**What to do**
For the data below, give again exactly the lines from the one containing "f 819 349 369" through the one containing "f 814 812 357", both ends included, and no others.

**Provided information**
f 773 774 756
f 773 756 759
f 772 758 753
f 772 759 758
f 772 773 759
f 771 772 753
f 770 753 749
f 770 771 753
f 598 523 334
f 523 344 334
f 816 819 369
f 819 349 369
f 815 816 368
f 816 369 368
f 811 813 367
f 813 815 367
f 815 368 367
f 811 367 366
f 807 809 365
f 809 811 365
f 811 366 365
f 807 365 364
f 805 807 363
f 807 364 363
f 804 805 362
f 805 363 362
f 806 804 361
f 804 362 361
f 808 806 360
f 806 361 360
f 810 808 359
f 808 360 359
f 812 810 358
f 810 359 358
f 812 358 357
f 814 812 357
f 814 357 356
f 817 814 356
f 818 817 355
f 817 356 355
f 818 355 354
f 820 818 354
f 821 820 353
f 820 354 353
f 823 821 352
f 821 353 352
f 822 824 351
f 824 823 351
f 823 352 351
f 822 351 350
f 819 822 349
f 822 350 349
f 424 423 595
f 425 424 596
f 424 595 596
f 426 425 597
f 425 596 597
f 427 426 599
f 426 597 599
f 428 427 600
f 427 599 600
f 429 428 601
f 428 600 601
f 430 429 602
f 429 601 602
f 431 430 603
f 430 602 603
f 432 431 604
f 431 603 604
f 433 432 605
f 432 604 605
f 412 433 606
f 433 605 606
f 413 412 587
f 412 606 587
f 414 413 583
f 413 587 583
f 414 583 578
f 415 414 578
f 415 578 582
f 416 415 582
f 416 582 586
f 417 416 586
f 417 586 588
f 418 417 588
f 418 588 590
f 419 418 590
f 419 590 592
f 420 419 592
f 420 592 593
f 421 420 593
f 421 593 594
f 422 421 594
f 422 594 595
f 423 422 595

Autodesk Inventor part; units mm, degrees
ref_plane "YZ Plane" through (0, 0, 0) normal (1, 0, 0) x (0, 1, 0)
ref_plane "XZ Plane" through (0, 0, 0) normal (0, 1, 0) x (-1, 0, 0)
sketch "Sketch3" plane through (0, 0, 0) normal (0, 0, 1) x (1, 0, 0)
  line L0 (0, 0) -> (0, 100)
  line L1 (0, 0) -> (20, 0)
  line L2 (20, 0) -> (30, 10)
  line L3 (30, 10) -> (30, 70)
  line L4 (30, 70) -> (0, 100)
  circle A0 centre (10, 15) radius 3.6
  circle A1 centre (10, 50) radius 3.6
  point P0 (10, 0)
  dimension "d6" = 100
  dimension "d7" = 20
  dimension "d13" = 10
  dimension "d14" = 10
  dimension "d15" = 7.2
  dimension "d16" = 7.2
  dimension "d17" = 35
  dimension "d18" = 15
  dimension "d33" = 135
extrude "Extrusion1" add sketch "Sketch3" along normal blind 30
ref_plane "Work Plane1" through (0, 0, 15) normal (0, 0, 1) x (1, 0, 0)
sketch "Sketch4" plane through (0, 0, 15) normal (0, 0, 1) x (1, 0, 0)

**Exercise response**
f 819 349 369
f 815 816 368
f 816 369 368
f 811 813 367
f 813 815 367
f 815 368 367
f 811 367 366
f 807 809 365
f 809 811 365
f 811 366 365
f 807 365 364
f 805 807 363
f 807 364 363
f 804 805 362
f 805 363 362
f 806 804 361
f 804 362 361
f 808 806 360
f 806 361 360
f 810 808 359
f 808 360 359
f 812 810 358
f 810 359 358
f 812 358 357
f 814 812 357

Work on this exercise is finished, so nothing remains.